Stored data entries:
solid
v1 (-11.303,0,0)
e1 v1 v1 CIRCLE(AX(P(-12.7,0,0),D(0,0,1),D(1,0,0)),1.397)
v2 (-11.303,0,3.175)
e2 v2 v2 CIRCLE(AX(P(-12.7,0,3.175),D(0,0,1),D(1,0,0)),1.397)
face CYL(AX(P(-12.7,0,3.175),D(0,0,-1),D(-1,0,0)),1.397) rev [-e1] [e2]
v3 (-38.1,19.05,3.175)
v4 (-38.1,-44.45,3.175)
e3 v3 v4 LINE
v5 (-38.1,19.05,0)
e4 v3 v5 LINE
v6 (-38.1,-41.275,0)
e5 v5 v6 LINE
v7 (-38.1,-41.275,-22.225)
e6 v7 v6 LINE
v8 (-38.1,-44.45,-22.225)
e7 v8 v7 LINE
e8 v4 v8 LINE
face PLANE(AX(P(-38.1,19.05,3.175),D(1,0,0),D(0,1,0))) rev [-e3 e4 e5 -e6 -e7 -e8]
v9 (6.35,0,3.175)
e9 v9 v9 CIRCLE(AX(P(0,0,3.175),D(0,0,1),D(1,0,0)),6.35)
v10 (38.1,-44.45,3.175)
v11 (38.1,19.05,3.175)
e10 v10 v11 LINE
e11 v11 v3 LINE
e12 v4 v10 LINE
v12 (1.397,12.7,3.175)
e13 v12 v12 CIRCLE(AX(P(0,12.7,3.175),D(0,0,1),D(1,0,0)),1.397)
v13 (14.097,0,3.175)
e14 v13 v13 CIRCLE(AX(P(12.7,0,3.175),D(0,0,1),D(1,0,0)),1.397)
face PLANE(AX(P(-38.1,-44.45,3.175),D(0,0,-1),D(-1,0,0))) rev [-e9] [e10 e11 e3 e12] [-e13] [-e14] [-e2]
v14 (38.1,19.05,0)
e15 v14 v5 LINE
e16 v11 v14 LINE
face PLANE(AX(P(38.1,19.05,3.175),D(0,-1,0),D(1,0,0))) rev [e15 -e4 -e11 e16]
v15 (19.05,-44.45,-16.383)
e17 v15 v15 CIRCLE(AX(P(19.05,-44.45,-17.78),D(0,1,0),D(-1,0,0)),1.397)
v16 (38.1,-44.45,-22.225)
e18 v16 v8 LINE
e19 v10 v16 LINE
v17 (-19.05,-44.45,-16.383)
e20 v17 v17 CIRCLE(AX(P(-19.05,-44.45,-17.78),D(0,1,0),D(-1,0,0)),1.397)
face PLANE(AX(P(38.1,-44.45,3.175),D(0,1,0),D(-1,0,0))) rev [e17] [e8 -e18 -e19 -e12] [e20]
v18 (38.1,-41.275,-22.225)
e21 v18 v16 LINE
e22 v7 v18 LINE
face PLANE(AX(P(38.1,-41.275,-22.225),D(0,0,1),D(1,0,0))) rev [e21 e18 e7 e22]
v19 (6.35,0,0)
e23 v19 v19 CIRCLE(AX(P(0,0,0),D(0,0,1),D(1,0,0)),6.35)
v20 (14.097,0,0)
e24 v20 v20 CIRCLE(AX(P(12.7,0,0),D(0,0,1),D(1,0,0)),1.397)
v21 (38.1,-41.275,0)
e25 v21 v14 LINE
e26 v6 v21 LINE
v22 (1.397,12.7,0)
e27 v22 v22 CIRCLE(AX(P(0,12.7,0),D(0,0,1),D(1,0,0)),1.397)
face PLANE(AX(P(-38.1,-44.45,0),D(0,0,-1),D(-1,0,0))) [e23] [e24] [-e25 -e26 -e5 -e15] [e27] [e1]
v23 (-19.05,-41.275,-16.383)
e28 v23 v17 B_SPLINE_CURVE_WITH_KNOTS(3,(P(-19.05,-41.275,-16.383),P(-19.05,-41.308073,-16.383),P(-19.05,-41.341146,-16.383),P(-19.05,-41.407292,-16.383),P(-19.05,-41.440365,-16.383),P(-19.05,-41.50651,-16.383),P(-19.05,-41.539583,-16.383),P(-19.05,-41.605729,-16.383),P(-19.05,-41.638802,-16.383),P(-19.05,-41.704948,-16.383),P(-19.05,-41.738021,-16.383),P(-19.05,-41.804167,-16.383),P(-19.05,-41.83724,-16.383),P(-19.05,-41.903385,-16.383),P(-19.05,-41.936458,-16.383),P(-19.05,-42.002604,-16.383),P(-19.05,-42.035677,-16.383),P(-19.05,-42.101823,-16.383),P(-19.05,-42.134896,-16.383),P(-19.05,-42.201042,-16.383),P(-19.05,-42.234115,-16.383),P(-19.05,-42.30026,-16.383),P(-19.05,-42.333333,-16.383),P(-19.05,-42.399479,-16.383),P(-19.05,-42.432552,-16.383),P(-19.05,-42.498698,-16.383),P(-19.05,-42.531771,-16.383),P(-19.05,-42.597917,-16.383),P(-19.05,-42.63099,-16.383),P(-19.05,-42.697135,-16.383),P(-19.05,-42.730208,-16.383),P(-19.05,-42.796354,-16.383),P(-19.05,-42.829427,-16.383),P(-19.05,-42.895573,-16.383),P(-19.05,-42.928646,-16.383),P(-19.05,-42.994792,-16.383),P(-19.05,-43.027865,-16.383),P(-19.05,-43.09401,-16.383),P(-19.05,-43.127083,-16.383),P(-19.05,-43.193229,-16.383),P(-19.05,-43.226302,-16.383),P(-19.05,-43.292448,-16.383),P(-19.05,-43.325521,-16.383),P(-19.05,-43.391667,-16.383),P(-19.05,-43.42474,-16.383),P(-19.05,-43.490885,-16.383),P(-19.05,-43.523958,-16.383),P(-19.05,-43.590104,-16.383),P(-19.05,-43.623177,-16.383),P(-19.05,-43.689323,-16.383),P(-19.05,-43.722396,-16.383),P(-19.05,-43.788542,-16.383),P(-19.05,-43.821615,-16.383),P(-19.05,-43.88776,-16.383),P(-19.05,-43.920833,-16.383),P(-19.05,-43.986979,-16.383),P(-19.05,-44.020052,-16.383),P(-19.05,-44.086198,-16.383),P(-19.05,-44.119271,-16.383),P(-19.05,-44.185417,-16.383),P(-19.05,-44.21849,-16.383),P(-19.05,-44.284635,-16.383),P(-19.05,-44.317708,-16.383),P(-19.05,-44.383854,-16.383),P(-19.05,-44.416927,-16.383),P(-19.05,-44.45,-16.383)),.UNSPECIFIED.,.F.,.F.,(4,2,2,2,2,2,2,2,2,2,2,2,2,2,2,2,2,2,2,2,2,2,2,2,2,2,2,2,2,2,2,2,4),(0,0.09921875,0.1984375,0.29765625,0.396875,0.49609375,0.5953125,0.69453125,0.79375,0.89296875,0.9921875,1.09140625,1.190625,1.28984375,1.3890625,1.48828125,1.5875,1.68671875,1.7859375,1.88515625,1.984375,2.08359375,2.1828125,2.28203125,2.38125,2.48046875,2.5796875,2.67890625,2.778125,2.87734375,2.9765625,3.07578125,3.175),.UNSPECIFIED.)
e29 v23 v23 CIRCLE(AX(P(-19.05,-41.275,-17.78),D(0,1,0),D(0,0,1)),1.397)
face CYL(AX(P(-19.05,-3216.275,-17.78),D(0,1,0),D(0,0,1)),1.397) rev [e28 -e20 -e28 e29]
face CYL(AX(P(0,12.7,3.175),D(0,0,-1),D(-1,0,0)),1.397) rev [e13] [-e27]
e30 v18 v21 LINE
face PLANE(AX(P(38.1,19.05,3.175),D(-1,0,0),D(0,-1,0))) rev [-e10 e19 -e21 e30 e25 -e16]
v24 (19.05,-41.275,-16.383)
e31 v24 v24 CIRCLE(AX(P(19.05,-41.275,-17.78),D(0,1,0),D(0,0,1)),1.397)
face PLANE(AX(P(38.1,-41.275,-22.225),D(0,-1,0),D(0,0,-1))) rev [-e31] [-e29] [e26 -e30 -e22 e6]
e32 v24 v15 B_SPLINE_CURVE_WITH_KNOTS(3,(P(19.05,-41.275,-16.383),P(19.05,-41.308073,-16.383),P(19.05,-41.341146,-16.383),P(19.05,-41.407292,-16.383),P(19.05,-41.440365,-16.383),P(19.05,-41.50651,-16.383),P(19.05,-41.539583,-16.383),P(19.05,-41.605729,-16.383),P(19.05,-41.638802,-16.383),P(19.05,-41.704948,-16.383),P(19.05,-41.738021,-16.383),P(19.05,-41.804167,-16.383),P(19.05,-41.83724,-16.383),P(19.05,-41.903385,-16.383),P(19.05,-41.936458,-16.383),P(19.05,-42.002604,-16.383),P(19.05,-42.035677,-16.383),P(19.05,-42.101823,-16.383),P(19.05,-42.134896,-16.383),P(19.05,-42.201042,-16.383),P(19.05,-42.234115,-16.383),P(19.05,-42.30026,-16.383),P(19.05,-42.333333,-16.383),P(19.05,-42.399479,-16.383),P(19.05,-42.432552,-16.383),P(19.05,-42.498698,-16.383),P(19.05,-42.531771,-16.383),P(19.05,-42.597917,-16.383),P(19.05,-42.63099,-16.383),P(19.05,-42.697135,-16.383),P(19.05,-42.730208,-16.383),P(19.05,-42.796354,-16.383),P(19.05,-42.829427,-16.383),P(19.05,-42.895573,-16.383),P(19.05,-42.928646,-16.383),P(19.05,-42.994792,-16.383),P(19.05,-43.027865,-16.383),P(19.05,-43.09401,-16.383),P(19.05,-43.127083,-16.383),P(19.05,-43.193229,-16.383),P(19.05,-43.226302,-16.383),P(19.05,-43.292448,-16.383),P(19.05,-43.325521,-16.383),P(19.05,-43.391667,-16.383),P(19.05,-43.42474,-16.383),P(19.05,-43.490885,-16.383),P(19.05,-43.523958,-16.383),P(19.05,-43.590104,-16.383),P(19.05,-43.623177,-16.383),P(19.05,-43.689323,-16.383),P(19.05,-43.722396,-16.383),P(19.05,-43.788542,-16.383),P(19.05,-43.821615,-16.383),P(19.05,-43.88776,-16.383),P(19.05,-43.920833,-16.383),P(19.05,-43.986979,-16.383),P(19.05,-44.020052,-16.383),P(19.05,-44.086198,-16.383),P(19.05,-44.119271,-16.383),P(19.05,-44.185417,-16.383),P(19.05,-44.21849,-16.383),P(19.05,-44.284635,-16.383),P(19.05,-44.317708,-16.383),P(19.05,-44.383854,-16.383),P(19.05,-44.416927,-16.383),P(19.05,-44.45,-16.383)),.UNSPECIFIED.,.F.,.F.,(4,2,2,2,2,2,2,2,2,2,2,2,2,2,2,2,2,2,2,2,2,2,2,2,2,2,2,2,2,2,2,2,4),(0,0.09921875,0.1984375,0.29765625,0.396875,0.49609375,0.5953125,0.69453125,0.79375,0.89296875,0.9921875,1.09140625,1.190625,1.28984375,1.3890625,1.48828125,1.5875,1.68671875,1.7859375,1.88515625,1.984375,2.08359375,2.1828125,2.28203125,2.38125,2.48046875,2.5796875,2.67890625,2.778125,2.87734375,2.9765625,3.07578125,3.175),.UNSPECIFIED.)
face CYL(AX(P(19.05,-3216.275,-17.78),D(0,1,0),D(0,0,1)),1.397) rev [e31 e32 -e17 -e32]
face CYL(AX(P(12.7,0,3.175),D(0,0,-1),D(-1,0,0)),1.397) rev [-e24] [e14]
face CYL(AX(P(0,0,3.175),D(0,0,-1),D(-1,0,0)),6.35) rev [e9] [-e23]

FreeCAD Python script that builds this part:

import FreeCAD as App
import Part
import Sketcher
from FreeCAD import Vector
Q = App.Units.Quantity

doc = App.newDocument("Part")
params = doc.addObject("Spreadsheet::Sheet", "Params")
for row, (alias, value) in enumerate([
    ("sketch1_diameter", "0.5 in"),
    ("sketch1_diameter2", "0.11 in"),
    ("sketch1_width", "3 in"),
    ("sketch1_height", "2.5 in"),
    ("pad1_length", "0.125 in"),
    ("sketch2_width", "3 in"),
    ("sketch2_height", "0.125 in"),
    ("pad2_length", "0.875 in"),
    ("sketch3_diameter", "0.11 in"),
    ("pocket1_length", "125 in"),
], start=1):
    params.set(f"A{row}", alias)
    params.set(f"B{row}", "=" + value)
    params.setAlias(f"B{row}", alias)

body = doc.addObject("PartDesign::Body", "Body")

# Sketch on XY plane
sketch1 = doc.addObject("Sketcher::SketchObject", "Sketch")
body.addObject(sketch1)
sketch1.AttachmentSupport = (doc.XY_Plane, [""])
sketch1.MapMode = "FlatFace"
sketch1.addGeometry(Part.LineSegment(Vector(-38.1, 19.05, 0), Vector(-38.1, -44.45, 0)), False)
sketch1.addGeometry(Part.LineSegment(Vector(-38.1, -44.45, 0), Vector(38.1, -44.45, 0)), False)
sketch1.addGeometry(Part.LineSegment(Vector(38.1, -44.45, 0), Vector(38.1, 19.05, 0)), False)
sketch1.addGeometry(Part.LineSegment(Vector(38.1, 19.05, 0), Vector(-38.1, 19.05, 0)), False)
sketch1.addGeometry(Part.Circle(Vector(-12.7, 0, 0), Vector(0, 0, 1), 1.397), False)
sketch1.addGeometry(Part.Circle(Vector(0, 0, 0), Vector(0, 0, 1), 6.35), False)
sketch1.addGeometry(Part.Circle(Vector(12.7, 0, 0), Vector(0, 0, 1), 1.397), False)
sketch1.addGeometry(Part.Circle(Vector(0, 12.7, 0), Vector(0, 0, 1), 1.397), False)
sketch1.addConstraint(Sketcher.Constraint("Coincident", 0, 2, 1, 1))
sketch1.addConstraint(Sketcher.Constraint("Coincident", 1, 2, 2, 1))
sketch1.addConstraint(Sketcher.Constraint("Coincident", 2, 2, 3, 1))
sketch1.addConstraint(Sketcher.Constraint("Coincident", 3, 2, 0, 1))
sketch1.addConstraint(Sketcher.Constraint("Vertical", 0))
sketch1.addConstraint(Sketcher.Constraint("Horizontal", 1))
sketch1.addConstraint(Sketcher.Constraint("Vertical", 2))
sketch1.addConstraint(Sketcher.Constraint("Horizontal", 3))
sketch1.addConstraint(Sketcher.Constraint("Coincident", 5, 3, -1, 1))
sketch1.addConstraint(Sketcher.Constraint("Equal", 4, 6))
sketch1.addConstraint(Sketcher.Constraint("Equal", 6, 7))
sketch1.addConstraint(Sketcher.Constraint("Symmetric", 4, 3, 6, 3, -1, 1))
sketch1.addConstraint(Sketcher.Constraint("PointOnObject", 4, 3, -1))
sketch1.addConstraint(Sketcher.Constraint("PointOnObject", 7, 3, -2))
sketch1.addConstraint(Sketcher.Constraint("Diameter", 5, Q("0.5 in")))
sketch1.addConstraint(Sketcher.Constraint("Diameter", 4, Q("0.11 in")))
sketch1.addConstraint(Sketcher.Constraint("DistanceX", 1, 1, 1, 2, Q("3 in")))
sketch1.addConstraint(Sketcher.Constraint("DistanceY", 0, 2, 0, 1, Q("2.5 in")))
sketch1.addConstraint(Sketcher.Constraint("DistanceX", 4, 3, 6, 3, Q("1 in")))
sketch1.addConstraint(Sketcher.Constraint("DistanceX", 0, 2, 4, 3, Q("1 in")))
sketch1.addConstraint(Sketcher.Constraint("DistanceY", -1, 1, 7, 3, Q("0.5 in")))
sketch1.addConstraint(Sketcher.Constraint("DistanceY", 0, 2, -1, 1, Q("1.75 in")))
sketch1.setExpression("Constraints[14]", "Params.sketch1_diameter")
sketch1.setExpression("Constraints[15]", "Params.sketch1_diameter2")
sketch1.setExpression("Constraints[16]", "Params.sketch1_width")
sketch1.setExpression("Constraints[17]", "Params.sketch1_height")
pad1 = doc.addObject("PartDesign::Pad", "Pad")
body.addObject(pad1)
pad1.Profile = sketch1
pad1.setExpression("Length", "Params.pad1_length")

# Sketch on XY plane
sketch2 = doc.addObject("Sketcher::SketchObject", "Sketch001")
body.addObject(sketch2)
sketch2.AttachmentSupport = (doc.XY_Plane, [""])
sketch2.MapMode = "FlatFace"
sketch2.addGeometry(Part.LineSegment(Vector(38.1, -41.275, 0), Vector(38.1, -44.45, 0)), False)
sketch2.addGeometry(Part.LineSegment(Vector(38.1, -44.45, 0), Vector(-38.1, -44.45, 0)), False)
sketch2.addGeometry(Part.LineSegment(Vector(-38.1, -44.45, 0), Vector(-38.1, -41.275, 0)), False)
sketch2.addGeometry(Part.LineSegment(Vector(-38.1, -41.275, 0), Vector(38.1, -41.275, 0)), False)
sketch2.addConstraint(Sketcher.Constraint("Coincident", 0, 2, 1, 1))
sketch2.addConstraint(Sketcher.Constraint("Coincident", 1, 2, 2, 1))
sketch2.addConstraint(Sketcher.Constraint("Coincident", 2, 2, 3, 1))
sketch2.addConstraint(Sketcher.Constraint("Coincident", 3, 2, 0, 1))
sketch2.addConstraint(Sketcher.Constraint("Vertical", 0))
sketch2.addConstraint(Sketcher.Constraint("Horizontal", 1))
sketch2.addConstraint(Sketcher.Constraint("Vertical", 2))
sketch2.addConstraint(Sketcher.Constraint("Horizontal", 3))
sketch2.addConstraint(Sketcher.Constraint("DistanceX", 1, 2, 1, 1, Q("3 in")))
sketch2.addConstraint(Sketcher.Constraint("DistanceX", -1, 1, 0, 2, Q("1.5 in")))
sketch2.addConstraint(Sketcher.Constraint("DistanceY", 0, 2, 0, 1, Q("0.125 in")))
sketch2.addConstraint(Sketcher.Constraint("DistanceY", 0, 2, -1, 1, Q("1.75 in")))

- [REQUIREMENT] Copy out the entries exactly. Begin at the first line and end with the line that has "e3 v3 v4 LINE".

- [RESULT BELOW]
solid
v1 (-11.303,0,0)
e1 v1 v1 CIRCLE(AX(P(-12.7,0,0),D(0,0,1),D(1,0,0)),1.397)
v2 (-11.303,0,3.175)
e2 v2 v2 CIRCLE(AX(P(-12.7,0,3.175),D(0,0,1),D(1,0,0)),1.397)
face CYL(AX(P(-12.7,0,3.175),D(0,0,-1),D(-1,0,0)),1.397) rev [-e1] [e2]
v3 (-38.1,19.05,3.175)
v4 (-38.1,-44.45,3.175)
e3 v3 v4 LINE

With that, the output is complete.